What the task asks: Filter the records below and copy every line containing the word "ThreePointArc".

The records:

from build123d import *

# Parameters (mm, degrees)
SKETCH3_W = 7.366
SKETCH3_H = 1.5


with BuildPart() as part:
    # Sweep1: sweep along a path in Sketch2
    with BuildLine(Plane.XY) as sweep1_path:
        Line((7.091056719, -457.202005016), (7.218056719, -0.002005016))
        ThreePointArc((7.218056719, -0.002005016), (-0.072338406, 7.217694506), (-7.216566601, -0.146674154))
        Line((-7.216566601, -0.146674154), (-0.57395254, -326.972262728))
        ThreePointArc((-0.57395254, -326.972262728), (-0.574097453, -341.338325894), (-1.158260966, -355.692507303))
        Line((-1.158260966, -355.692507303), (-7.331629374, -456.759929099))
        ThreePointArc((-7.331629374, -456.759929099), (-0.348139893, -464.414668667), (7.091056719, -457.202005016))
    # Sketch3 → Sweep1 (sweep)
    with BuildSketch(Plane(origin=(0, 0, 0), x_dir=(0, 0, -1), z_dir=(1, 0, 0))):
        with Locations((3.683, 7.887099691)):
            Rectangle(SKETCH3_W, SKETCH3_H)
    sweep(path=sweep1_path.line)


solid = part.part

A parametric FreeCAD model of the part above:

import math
import FreeCAD as App
import Part
import Sketcher
from FreeCAD import Vector
Q = App.Units.Quantity


def add_polygon(sketch, points):
    """Adds a closed chain of lines whose ends are joined by coincident constraints."""
    first, n = sketch.GeometryCount, len(points)
    for a, b in zip(points, points[1:] + points[:1]):
        sketch.addGeometry(Part.LineSegment(App.Vector(*a, 0), App.Vector(*b, 0)), False)
    for i in range(n):
        sketch.addConstraint(Sketcher.Constraint("Coincident", first + i, 2, first + (i + 1) % n, 1))

doc = App.newDocument("Part")
body = doc.addObject("PartDesign::Body", "Body")

# Sketch on YZ plane
sketch1 = body.newObject("Sketcher::SketchObject", "Sketch")
sketch1.AttachmentSupport = (doc.getObject("YZ_Plane"), [""])
sketch1.MapMode = "FlatFace"
add_polygon(sketch1, [(8.6, 0), (7.1, 0), (7.1, -7.4), (8.6, -7.4)])  # lines 0-3
sketch1.addConstraint(Sketcher.Constraint("Horizontal", 0))
sketch1.addConstraint(Sketcher.Constraint("Vertical", 1))
sketch1.addConstraint(Sketcher.Constraint("Horizontal", 2))
sketch1.addConstraint(Sketcher.Constraint("Vertical", 3))
sketch1.addConstraint(Sketcher.Constraint("PointOnObject", 0, 2, -1))
sketch1.addConstraint(Sketcher.Constraint("DistanceX", 0, 2, 0, 1, Q("1.5 mm")))
sketch1.addConstraint(Sketcher.Constraint("DistanceY", 1, 2, 1, 1, Q("7.366 mm")))
sketch1.addConstraint(Sketcher.Constraint("DistanceX", -1, 1, 0, 2, Q("7.1371 mm")))

# Sketch on XY plane
sketch2 = body.newObject("Sketcher::SketchObject", "Sketch001")
sketch2.AttachmentSupport = (doc.getObject("XY_Plane"), [""])
sketch2.MapMode = "FlatFace"
sketch2.addGeometry(Part.LineSegment(Vector(7, -457, 0), Vector(7, 0, 0)), False)
sketch2.addGeometry(Part.ArcOfCircle(Part.Circle(Vector(0, 0, 0), Vector(0, 0, 1), 7), math.radians(0), math.radians(181)), False)
sketch2.addGeometry(Part.LineSegment(Vector(-7, 0, 0), Vector(-1, -327, 0)), False)
sketch2.addGeometry(Part.ArcOfCircle(Part.Circle(Vector(-354, -334, 0), Vector(0, 0, 1), 353), math.radians(-3.5), math.radians(1.16)), False)
sketch2.addGeometry(Part.LineSegment(Vector(-1, -356, 0), Vector(-7, -457, 0)), False)
sketch2.addGeometry(Part.ArcOfCircle(Part.Circle(Vector(0, -457, 0), Vector(0, 0, 1), 7), math.radians(177), math.radians(360)), False)
sketch2.addConstraint(Sketcher.Constraint("Tangent", 0, 2, 1, 1))
sketch2.addConstraint(Sketcher.Constraint("Tangent", 1, 2, 2, 1))
sketch2.addConstraint(Sketcher.Constraint("Tangent", 2, 2, 3, 2))
sketch2.addConstraint(Sketcher.Constraint("Tangent", 3, 1, 4, 1))
sketch2.addConstraint(Sketcher.Constraint("Tangent", 4, 2, 5, 1))
sketch2.addConstraint(Sketcher.Constraint("Tangent", 5, 2, 0, 1))
sketch2.addConstraint(Sketcher.Constraint("Coincident", 1, 3, -1, 1))
sketch2.addConstraint(Sketcher.Constraint("Equal", 1, 5))
sketch2.addConstraint(Sketcher.Constraint("DistanceY", 5, 3, -1, 1, Q("457.2 mm")))
sketch2.addConstraint(Sketcher.Constraint("Radius", 3, Q("353.3125 mm")))
sketch2.addConstraint(Sketcher.Constraint("DistanceX", 5, 3, -1, 1, Q("0.127 mm")))
sketch2.addConstraint(Sketcher.Constraint("Radius", 1, Q("7.218057 mm")))
sketch2.addConstraint(Sketcher.Constraint("DistanceX", 3, 3, -1, 1, Q("353.8135 mm")))
sketch2.addConstraint(Sketcher.Constraint("DistanceY", 3, 3, -1, 1, Q("334.151731 mm")))
doc.recompute()

additivepipe = body.newObject("PartDesign::AdditivePipe", "AdditivePipe")
additivepipe.Profile = sketch1
additivepipe.Spine = (sketch2, ["Edge1", "Edge2", "Edge3", "Edge4", "Edge5", "Edge6"])

doc.recompute()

Task response:
        ThreePointArc((7.218056719, -0.002005016), (-0.072338406, 7.217694506), (-7.216566601, -0.146674154))
        ThreePointArc((-0.57395254, -326.972262728), (-0.574097453, -341.338325894), (-1.158260966, -355.692507303))
        ThreePointArc((-7.331629374, -456.759929099), (-0.348139893, -464.414668667), (7.091056719, -457.202005016))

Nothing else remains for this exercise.